Generally, delayed perforation was defined as a cardiac perforation occurring > 1 month after CIED implantation [7]. As it was difficult to determine the exact time of perforation, it was unclear whether the subclinical cardiac perforations observed in the patients who had implants for > 1 month were delayed or not. Delayed cardiac perforation by CIED leads is an under-recognized complication with significant morbidity and mortality, particularly if not detected early [11]. The pathophysiology of delayed cardiac perforation is not clearly understood. Delayed cardiac perforation might result from increased pressure exerted by the thin CIED leads per unit area of ventricular wall, as well as imbalance between the force exerted by the tips of the CIED leads and the ventricle.

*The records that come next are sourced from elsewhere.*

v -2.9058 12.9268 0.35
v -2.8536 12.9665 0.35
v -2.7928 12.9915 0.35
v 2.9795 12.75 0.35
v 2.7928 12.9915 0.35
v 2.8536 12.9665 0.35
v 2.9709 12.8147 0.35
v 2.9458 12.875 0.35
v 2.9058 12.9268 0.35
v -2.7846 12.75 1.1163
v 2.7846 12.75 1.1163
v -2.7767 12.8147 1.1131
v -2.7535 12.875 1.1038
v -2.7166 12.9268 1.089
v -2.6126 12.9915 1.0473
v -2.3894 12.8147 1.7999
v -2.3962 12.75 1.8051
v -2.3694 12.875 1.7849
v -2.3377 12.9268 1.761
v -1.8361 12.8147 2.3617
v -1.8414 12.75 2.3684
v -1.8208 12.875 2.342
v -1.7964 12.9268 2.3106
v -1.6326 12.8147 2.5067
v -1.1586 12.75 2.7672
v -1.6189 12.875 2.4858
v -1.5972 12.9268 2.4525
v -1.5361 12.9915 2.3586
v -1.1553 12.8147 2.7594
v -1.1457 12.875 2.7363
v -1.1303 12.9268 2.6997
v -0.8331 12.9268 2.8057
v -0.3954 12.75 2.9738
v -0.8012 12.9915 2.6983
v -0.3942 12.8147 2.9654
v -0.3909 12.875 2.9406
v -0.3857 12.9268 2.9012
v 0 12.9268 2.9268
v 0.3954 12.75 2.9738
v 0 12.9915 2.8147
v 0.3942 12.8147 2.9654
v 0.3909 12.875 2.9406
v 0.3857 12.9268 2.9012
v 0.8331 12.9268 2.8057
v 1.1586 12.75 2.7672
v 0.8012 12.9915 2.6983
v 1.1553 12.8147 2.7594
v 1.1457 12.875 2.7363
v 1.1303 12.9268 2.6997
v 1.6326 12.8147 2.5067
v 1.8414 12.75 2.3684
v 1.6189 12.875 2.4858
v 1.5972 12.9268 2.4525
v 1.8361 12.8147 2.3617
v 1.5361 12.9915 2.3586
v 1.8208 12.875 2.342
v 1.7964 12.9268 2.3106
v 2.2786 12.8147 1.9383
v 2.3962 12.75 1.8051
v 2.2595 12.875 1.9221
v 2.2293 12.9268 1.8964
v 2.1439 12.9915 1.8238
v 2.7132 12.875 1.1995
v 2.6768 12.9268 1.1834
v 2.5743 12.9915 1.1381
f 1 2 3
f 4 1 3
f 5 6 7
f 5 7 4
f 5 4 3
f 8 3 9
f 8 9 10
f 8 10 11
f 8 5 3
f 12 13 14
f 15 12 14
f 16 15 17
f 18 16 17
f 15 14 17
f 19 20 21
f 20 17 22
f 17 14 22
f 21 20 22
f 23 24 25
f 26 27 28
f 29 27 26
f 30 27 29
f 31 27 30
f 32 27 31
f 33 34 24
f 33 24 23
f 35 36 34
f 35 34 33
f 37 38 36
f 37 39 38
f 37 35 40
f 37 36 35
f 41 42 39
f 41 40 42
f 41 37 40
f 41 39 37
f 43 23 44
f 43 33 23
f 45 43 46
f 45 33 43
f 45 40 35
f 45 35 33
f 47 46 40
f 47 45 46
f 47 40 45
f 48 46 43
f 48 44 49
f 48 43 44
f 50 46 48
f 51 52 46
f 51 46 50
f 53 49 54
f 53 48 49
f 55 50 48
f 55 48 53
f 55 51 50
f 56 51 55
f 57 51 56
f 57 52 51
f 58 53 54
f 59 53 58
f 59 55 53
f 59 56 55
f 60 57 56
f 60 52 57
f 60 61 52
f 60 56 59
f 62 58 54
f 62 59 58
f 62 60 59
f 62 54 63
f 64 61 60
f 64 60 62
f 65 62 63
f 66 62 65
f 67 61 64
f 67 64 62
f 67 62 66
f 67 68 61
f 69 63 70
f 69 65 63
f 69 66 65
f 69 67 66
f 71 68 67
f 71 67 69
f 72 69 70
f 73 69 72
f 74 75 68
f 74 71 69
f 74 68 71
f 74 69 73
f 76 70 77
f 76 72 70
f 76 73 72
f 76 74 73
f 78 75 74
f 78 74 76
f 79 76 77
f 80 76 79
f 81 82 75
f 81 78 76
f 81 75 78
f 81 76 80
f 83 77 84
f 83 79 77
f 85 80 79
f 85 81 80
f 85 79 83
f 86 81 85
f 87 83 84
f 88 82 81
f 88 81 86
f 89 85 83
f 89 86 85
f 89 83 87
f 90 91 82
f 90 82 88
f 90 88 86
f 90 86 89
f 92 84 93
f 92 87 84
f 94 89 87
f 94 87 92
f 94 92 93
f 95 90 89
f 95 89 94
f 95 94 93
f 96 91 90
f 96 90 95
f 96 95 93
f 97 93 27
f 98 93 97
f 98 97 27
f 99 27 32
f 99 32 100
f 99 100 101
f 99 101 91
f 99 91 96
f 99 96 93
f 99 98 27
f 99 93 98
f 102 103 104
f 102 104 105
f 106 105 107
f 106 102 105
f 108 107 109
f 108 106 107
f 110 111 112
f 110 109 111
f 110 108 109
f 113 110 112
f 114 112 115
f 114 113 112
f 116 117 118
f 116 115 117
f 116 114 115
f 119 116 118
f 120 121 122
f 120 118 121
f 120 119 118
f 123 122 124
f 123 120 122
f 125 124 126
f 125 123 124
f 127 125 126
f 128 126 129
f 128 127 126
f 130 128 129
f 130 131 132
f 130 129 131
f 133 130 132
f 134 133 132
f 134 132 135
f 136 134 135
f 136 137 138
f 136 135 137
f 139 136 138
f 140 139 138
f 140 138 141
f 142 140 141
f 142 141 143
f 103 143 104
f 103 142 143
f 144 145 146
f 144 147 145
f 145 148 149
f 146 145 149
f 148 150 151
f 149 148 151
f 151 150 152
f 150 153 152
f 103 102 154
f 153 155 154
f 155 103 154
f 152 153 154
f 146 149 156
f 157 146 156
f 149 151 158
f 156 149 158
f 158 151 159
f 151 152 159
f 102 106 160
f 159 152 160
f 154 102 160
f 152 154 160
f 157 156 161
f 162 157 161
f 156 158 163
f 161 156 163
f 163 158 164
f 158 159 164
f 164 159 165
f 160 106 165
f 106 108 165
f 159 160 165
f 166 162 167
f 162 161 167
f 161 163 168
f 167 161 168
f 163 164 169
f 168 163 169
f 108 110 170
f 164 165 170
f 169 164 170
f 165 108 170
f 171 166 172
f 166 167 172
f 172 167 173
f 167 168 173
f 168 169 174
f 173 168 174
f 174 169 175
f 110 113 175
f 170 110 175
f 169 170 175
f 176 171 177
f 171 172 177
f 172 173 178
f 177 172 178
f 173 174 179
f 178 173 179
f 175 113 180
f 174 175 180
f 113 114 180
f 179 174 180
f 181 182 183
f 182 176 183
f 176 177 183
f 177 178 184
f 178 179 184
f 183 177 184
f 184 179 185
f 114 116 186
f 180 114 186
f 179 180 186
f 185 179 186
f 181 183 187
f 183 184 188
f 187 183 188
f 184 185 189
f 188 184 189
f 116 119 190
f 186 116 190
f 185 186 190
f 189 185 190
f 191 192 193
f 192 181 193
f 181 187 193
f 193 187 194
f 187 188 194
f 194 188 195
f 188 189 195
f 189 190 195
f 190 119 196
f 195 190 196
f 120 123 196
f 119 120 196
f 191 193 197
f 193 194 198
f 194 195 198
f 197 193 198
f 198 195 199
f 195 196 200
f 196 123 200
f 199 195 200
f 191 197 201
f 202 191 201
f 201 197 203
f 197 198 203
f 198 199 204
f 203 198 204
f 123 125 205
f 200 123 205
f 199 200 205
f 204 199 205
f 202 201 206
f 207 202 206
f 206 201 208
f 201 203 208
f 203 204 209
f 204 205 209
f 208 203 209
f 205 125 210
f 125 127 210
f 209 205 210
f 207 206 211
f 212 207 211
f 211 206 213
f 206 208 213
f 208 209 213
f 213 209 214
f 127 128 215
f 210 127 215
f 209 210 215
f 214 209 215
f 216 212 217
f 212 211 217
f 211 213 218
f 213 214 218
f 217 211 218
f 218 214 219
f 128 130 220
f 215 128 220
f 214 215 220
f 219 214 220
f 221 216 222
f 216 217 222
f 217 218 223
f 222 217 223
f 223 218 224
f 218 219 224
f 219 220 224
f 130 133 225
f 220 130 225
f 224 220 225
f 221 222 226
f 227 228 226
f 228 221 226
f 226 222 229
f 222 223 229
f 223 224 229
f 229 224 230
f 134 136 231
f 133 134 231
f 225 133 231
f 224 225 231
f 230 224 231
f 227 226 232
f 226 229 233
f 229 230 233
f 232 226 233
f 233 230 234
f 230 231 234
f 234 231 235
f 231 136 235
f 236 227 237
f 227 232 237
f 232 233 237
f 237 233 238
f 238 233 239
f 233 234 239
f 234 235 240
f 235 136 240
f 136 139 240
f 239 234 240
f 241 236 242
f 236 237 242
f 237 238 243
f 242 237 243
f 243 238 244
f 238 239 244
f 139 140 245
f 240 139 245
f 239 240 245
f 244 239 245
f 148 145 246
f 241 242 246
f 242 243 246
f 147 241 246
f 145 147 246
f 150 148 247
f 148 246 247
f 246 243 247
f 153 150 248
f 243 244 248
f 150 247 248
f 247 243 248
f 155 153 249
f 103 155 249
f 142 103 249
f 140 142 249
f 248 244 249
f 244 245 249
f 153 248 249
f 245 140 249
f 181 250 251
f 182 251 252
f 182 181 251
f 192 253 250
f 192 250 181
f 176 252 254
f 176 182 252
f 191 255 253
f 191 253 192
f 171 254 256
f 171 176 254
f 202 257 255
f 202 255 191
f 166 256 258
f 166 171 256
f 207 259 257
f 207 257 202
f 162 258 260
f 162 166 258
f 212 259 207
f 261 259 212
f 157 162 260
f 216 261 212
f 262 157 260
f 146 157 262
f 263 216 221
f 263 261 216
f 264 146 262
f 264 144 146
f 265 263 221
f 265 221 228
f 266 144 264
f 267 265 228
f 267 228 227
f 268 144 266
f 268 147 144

Septal pacing strategy for avoiding cardiac perforation

The question of whether RV septal pacing is associated with better clinical outcomes compared to RV apical pacing, remains controversial due to the lack of large-scale randomized controlled studies. Positioning the lead in the thicker non-apical wall instead of the traditional site at the RV apex is thought to mitigate the risk of cardiac perforation [4, 20, 21]. Pacing leads may be subjected to more motions at the RV apex than at the RV non-apical sites. In some recent studies, compared with RV apical pacing, septal pacing was associated with lower mortality and had fewer adverse effects in terms of atrial electrical activity and structure [22, 23]. RV septal pacing may be beneficial because it poses a lesser risk of cardiac perforation compared to other leads.

Study limitations

This was a single-center retrospective observational study. Given that the patients with CIED who did not undergo cardiac CT were not included in the present study, a potential selection bias might have occurred. Although patients with pleuritic chest pain were excluded, angina, which was the reason why cardiac CT was performed, might have been a symptom associated with cardiac perforation by the CIED leads. Beam hardening, bloom, and motion artifacts of the high-density metallic pacing leads remain issues inherent in any CT study. The artifacts at the lead tip could make the assessment of subtle perforations difficult. For CRT, only few patients were enrolled, which made it difficult to assess subclinical perforation of LV leads. Finally, we did not use direct measurement by thoracoscopy or other means such as right ventriculography to confirm subclinical cardiac perforation by CIED leads.

Conclusions

Subclinical cardiac perforation by screw-in ventricular CIED leads is not rare. Septal pacing may be helpful in reducing the risk of cardiac perforations by screw-in ventricular CIED leads.